Но не слышали ничего. Совершенно ничего!

Наверху затараторили голоса. Звякнул засов. И решетка снова поднялась.

— Ты и ты! — показали вьетнамцы.

И снова один русский и один американец.

— Ну все, ребята… Не поминайте лихом…

Решетка захлопнулась.

— Что же они делают? Сволочи!

— Узнаем. Скоро узнаем. Все узнаем…

— Ты и ты…

Как на хорошо отлаженном конвейере.

— Ты и ты…

— Прощайте, пацаны. Если что…

— Ты и ты…

Капитан Кузнецов попал в шестую пару. Он взялся за перекладину лестницы и полез наверх. Как на эшафот. Сзади сопел американец. Обидно, что американец. Со своими принимать муки было бы легче ..

— Стоять здесь! — толкнули в бок прикладом часовые. Встали.

— Пошли! — толкнули еще раз. Пошли.. До калитки в проволочном заборе. Через калитку. За ближайшую хижину .. Что-то будет за ней.

— Сесть! — еще один удар прикладом в позвоночник, чтоб лучше понимать чужой язык.

Умеют вьетнамцы обучать чужеземцев своему труднопроизносимому наречию! Что умеют — то умеют! Уже три слова навсегда вбили (в чем и суть оригинальной обучающей языковой методики) в память. «Стоять», «пошли» и «сесть». За три минуты! А на языковых курсах месяцами новые слова зубрят. Им бы у этих… передовым технологиям поучиться…

Со стороны хижины послышались деревянные звуки. И на порог вынесли две толстые деревянные доски. С полукруглыми отверстиями. Доски-то зачем? С дырками. Как в дощатом общественном сортире…

Мать честная! Это же колодки! Такие очень древние наручники. Которые можно увидеть в музеях инквизиции или на картинках в учебнике по истории средних веков! Это что, у них средние века еще, что ли? С нетипичными вкраплениями автоматического стрелкового вооружения второй половины двадцатого века.

Колодки подтащили к пленникам и бросили на землю.

— Берите их с собой. И пошли дальше, — новая серия способствующих усвоению инородных слов ударов.

Пленники подняли колодки и пошли. И даже чуть веселей пошли, чем раньше.
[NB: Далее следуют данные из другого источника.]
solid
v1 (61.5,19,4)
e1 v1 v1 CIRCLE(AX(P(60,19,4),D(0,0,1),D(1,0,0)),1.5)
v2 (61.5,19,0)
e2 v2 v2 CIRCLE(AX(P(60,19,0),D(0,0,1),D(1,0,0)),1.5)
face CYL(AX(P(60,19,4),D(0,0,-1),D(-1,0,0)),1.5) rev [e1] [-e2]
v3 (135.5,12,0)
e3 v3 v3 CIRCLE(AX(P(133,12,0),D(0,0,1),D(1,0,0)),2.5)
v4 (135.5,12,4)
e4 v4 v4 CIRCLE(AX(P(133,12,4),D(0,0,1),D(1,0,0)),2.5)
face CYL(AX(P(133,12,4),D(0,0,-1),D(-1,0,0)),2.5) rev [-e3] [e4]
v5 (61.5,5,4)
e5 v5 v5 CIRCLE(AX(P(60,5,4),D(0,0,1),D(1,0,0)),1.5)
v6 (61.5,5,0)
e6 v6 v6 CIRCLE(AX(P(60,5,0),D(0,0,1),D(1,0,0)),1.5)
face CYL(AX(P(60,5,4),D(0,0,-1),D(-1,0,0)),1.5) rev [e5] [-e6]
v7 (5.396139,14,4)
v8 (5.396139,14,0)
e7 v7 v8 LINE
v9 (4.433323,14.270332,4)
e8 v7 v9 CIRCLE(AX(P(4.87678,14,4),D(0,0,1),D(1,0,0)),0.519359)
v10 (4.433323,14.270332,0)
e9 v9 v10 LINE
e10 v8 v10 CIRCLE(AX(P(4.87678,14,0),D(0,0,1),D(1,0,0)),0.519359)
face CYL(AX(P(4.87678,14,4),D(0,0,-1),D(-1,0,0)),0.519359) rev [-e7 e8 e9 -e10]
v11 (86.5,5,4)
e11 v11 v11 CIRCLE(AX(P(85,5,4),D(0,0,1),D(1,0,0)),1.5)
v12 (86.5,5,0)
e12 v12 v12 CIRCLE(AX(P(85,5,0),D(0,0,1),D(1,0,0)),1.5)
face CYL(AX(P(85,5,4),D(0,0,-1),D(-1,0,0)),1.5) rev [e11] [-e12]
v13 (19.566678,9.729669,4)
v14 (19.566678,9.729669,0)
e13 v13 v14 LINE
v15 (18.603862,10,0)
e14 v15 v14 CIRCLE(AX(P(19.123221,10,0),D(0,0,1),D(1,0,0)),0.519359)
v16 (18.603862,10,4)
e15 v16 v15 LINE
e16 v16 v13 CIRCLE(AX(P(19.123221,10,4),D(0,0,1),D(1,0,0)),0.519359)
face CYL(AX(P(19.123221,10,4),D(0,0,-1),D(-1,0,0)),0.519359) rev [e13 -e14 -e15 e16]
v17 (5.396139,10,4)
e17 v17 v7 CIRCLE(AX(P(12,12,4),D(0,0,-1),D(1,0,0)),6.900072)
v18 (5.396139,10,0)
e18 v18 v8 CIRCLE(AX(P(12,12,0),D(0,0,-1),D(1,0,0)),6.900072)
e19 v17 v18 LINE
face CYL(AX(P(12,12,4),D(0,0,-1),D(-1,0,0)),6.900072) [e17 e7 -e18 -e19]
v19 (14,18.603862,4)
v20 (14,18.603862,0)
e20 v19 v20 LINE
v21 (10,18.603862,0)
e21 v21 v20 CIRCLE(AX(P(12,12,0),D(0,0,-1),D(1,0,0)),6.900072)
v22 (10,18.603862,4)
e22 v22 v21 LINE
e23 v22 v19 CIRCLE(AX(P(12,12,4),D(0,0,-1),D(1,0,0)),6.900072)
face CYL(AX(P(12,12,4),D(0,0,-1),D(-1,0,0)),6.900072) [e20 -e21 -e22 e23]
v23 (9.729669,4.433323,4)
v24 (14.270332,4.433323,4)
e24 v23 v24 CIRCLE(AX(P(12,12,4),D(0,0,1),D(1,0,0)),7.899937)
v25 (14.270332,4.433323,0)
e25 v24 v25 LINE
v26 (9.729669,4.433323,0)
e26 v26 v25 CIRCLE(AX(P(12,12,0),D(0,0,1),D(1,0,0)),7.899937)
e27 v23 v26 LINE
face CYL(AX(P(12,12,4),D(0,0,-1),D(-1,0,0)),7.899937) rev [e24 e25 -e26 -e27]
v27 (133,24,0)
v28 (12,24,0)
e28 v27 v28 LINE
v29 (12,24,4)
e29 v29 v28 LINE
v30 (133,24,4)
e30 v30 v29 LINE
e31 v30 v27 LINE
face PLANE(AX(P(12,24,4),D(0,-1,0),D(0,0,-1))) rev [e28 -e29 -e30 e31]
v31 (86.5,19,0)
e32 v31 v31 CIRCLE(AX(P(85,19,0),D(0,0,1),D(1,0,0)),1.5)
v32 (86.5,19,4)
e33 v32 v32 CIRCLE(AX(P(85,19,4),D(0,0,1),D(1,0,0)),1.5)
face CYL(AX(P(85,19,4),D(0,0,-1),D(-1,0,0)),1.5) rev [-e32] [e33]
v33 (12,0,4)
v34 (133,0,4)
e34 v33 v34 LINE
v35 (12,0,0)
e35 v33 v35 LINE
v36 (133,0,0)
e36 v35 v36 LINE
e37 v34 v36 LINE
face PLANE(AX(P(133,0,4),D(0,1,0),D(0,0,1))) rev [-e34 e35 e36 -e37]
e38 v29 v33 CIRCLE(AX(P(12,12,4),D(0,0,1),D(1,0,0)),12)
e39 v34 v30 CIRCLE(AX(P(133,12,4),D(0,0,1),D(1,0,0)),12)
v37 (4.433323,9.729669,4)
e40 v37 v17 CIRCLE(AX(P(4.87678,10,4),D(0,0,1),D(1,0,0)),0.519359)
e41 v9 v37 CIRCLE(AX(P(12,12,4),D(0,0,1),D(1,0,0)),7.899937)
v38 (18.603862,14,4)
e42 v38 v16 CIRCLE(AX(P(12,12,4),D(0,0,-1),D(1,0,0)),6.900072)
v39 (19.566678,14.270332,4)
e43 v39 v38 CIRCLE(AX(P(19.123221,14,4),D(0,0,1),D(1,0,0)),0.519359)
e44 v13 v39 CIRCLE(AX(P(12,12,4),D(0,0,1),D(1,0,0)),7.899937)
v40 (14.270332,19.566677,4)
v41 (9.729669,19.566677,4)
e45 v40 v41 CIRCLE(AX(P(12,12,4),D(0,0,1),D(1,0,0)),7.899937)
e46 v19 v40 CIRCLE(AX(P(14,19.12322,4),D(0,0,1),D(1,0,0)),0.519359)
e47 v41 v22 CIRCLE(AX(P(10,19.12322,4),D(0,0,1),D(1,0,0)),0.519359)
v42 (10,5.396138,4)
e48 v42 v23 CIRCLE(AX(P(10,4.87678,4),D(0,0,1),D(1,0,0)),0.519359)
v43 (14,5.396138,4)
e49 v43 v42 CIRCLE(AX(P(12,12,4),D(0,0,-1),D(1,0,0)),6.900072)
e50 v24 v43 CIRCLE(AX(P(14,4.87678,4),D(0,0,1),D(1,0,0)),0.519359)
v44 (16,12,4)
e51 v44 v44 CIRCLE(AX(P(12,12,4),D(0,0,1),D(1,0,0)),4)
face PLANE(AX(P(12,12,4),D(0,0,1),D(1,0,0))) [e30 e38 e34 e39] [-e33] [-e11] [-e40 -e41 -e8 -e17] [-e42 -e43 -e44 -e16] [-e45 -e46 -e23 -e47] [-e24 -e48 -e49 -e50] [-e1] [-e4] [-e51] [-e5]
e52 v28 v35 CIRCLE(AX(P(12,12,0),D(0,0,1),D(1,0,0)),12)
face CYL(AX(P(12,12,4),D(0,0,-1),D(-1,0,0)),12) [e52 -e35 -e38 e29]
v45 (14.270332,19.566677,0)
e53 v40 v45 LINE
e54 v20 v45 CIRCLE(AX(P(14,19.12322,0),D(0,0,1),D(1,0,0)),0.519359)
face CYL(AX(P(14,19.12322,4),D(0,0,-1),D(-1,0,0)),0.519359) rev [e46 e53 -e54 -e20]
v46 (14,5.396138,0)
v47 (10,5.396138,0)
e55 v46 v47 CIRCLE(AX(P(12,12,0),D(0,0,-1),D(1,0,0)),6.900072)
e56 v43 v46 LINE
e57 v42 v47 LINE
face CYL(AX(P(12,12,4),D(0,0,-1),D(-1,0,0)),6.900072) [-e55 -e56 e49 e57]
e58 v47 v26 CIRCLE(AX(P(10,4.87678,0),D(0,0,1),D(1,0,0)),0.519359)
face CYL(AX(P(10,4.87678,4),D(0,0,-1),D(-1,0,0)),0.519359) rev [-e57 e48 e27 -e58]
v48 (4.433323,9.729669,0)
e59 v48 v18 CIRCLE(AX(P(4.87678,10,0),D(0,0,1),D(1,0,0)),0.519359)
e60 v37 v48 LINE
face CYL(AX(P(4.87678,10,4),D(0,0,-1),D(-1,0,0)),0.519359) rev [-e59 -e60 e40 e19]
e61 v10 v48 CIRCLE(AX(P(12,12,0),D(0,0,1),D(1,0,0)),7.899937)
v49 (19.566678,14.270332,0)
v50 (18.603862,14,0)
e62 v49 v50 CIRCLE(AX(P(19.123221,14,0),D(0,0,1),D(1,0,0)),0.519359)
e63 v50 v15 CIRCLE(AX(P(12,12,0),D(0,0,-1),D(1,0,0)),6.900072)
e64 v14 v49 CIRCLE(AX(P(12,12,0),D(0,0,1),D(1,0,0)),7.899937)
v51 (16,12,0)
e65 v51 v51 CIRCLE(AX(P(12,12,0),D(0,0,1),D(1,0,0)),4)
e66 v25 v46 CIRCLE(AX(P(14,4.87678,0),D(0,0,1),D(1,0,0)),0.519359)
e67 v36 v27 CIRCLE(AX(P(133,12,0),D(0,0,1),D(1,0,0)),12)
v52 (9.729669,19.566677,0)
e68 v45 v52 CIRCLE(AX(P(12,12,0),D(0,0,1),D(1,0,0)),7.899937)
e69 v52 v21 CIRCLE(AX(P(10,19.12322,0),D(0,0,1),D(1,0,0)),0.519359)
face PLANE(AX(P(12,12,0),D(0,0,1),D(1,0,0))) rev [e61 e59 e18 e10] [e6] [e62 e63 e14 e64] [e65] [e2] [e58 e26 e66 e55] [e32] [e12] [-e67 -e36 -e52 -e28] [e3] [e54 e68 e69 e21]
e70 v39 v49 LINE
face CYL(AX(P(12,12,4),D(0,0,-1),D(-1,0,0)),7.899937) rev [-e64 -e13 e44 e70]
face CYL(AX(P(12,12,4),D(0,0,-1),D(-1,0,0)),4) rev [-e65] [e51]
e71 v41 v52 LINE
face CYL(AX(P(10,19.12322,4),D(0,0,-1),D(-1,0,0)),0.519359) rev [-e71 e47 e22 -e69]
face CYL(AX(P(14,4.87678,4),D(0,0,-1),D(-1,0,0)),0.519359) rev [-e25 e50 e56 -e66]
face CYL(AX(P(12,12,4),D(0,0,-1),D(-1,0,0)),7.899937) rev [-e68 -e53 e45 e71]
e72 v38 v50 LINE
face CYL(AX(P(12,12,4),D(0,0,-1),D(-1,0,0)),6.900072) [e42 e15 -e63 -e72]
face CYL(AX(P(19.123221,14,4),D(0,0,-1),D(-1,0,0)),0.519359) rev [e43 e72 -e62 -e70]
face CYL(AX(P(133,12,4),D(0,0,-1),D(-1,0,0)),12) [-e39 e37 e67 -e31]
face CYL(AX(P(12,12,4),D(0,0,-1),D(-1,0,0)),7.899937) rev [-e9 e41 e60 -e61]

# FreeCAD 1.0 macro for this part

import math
import FreeCAD as App
import Part
import Sketcher

doc = App.newDocument("Part")
body = doc.addObject("PartDesign::Body", "Body")

sketch1 = doc.addObject("Sketcher::SketchObject", "Sketch")
body.addObject(sketch1)
sketch1.AttachmentSupport = (doc.XY_Plane, [""])
sketch1.MapMode = "FlatFace"
sketch1.addGeometry([
    Part.LineSegment(App.Vector(133, 24, 0), App.Vector(12, 24, 0)),
    Part.ArcOfCircle(Part.Circle(App.Vector(12, 12, 0), App.Vector(0, 0, 1), 12), math.radians(90), math.radians(270)),
    Part.LineSegment(App.Vector(12, 0, 0), App.Vector(133, 0, 0)),
    Part.ArcOfCircle(Part.Circle(App.Vector(133, 12, 0), App.Vector(0, 0, 1), 12), math.radians(-90), math.radians(90)),
    Part.Circle(App.Vector(85, 5, 0), App.Vector(0, 0, 1), 1.5),
    Part.Circle(App.Vector(60, 5, 0), App.Vector(0, 0, 1), 1.5),
    Part.ArcOfCircle(Part.Circle(App.Vector(10, 4.9, 0), App.Vector(0, 0, 1), 0.5), math.radians(90), math.radians(239)),
    Part.ArcOfCircle(Part.Circle(App.Vector(12, 12, 0), App.Vector(0, 0, 1), 6.9), math.radians(-107), math.radians(-73)),
    Part.ArcOfCircle(Part.Circle(App.Vector(14, 4.9, 0), App.Vector(0, 0, 1), 0.5), math.radians(-59), math.radians(90)),
    Part.ArcOfCircle(Part.Circle(App.Vector(12, 12, 0), App.Vector(0, 0, 1), 7.9), math.radians(-107), math.radians(-73)),
    Part.ArcOfCircle(Part.Circle(App.Vector(19.1, 10, 0), App.Vector(0, 0, 1), 0.5), math.radians(-180), math.radians(-31)),
    Part.ArcOfCircle(Part.Circle(App.Vector(12, 12, 0), App.Vector(0, 0, 1), 6.9), math.radians(-17), math.radians(17)),
    Part.ArcOfCircle(Part.Circle(App.Vector(19.1, 14, 0), App.Vector(0, 0, 1), 0.5), math.radians(31), math.radians(180)),
    Part.ArcOfCircle(Part.Circle(App.Vector(12, 12, 0), App.Vector(0, 0, 1), 7.9), math.radians(-17), math.radians(17)),
    Part.ArcOfCircle(Part.Circle(App.Vector(4.9, 14, 0), App.Vector(0, 0, 1), 0.5), math.radians(0), math.radians(149)),
    Part.ArcOfCircle(Part.Circle(App.Vector(12, 12, 0), App.Vector(0, 0, 1), 6.9), math.radians(163), math.radians(197)),
    Part.ArcOfCircle(Part.Circle(App.Vector(4.9, 10, 0), App.Vector(0, 0, 1), 0.5), math.radians(-149), math.radians(0)),
    Part.ArcOfCircle(Part.Circle(App.Vector(12, 12, 0), App.Vector(0, 0, 1), 7.9), math.radians(163), math.radians(197)),
    Part.Circle(App.Vector(133, 12, 0), App.Vector(0, 0, 1), 2.5),
    Part.Circle(App.Vector(85, 19, 0), App.Vector(0, 0, 1), 1.5),
    Part.Circle(App.Vector(12, 12, 0), App.Vector(0, 0, 1), 4),
    Part.Circle(App.Vector(60, 19, 0), App.Vector(0, 0, 1), 1.5),
    Part.ArcOfCircle(Part.Circle(App.Vector(14, 19.1, 0), App.Vector(0, 0, 1), 0.5), math.radians(-90), math.radians(59)),
    Part.ArcOfCircle(Part.Circle(App.Vector(12, 12, 0), App.Vector(0, 0, 1), 6.9), math.radians(73), math.radians(107)),
    Part.ArcOfCircle(Part.Circle(App.Vector(10, 19.1, 0), App.Vector(0, 0, 1), 0.5), math.radians(121), math.radians(270)),
    Part.ArcOfCircle(Part.Circle(App.Vector(12, 12, 0), App.Vector(0, 0, 1), 7.9), math.radians(73), math.radians(107)),
], False)
sketch1.addConstraint([
    Sketcher.Constraint("Tangent", 0, 2, 1, 1),
    Sketcher.Constraint("Tangent", 1, 2, 2, 1),
    Sketcher.Constraint("Tangent", 2, 2, 3, 1),
    Sketcher.Constraint("Tangent", 3, 2, 0, 1),
    Sketcher.Constraint("Coincident", 6, 1, 7, 1),
    Sketcher.Constraint("Coincident", 7, 2, 8, 2),
    Sketcher.Constraint("Coincident", 8, 1, 9, 2),
    Sketcher.Constraint("Coincident", 9, 1, 6, 2),
    Sketcher.Constraint("Coincident", 10, 1, 11, 1),
    Sketcher.Constraint("Coincident", 11, 2, 12, 2),
    Sketcher.Constraint("Coincident", 12, 1, 13, 2),
    Sketcher.Constraint("Coincident", 13, 1, 10, 2),
    Sketcher.Constraint("Coincident", 14, 1, 15, 1),
    Sketcher.Constraint("Coincident", 15, 2, 16, 2),
    Sketcher.Constraint("Coincident", 16, 1, 17, 2),
    Sketcher.Constraint("Coincident", 17, 1, 14, 2),
    Sketcher.Constraint("Coincident", 22, 1, 23, 1),
    Sketcher.Constraint("Coincident", 23, 2, 24, 2),
    Sketcher.Constraint("Coincident", 24, 1, 25, 2),
    Sketcher.Constraint("Coincident", 25, 1, 22, 2),
    Sketcher.Constraint("Horizontal", 0),
    Sketcher.Constraint("Horizontal", 2),
    Sketcher.Constraint("Coincident", 7, 3, 1, 3),
    Sketcher.Constraint("Coincident", 9, 3, 1, 3),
И даже приободрились. Раз будут сажать в колодки, значит, не все так страшно. Значит, сразу не убьют…

Но уже через час узники думали по-другому.

Лучше бы убили. Чтобы не мучиться.

— Сюда! — показал конвой на расположенный невдалеке навес

Под навесом сидели ранее уведенные из ямы пленники. Сидели в колодках Попарно. В том же порядке, как их уводили.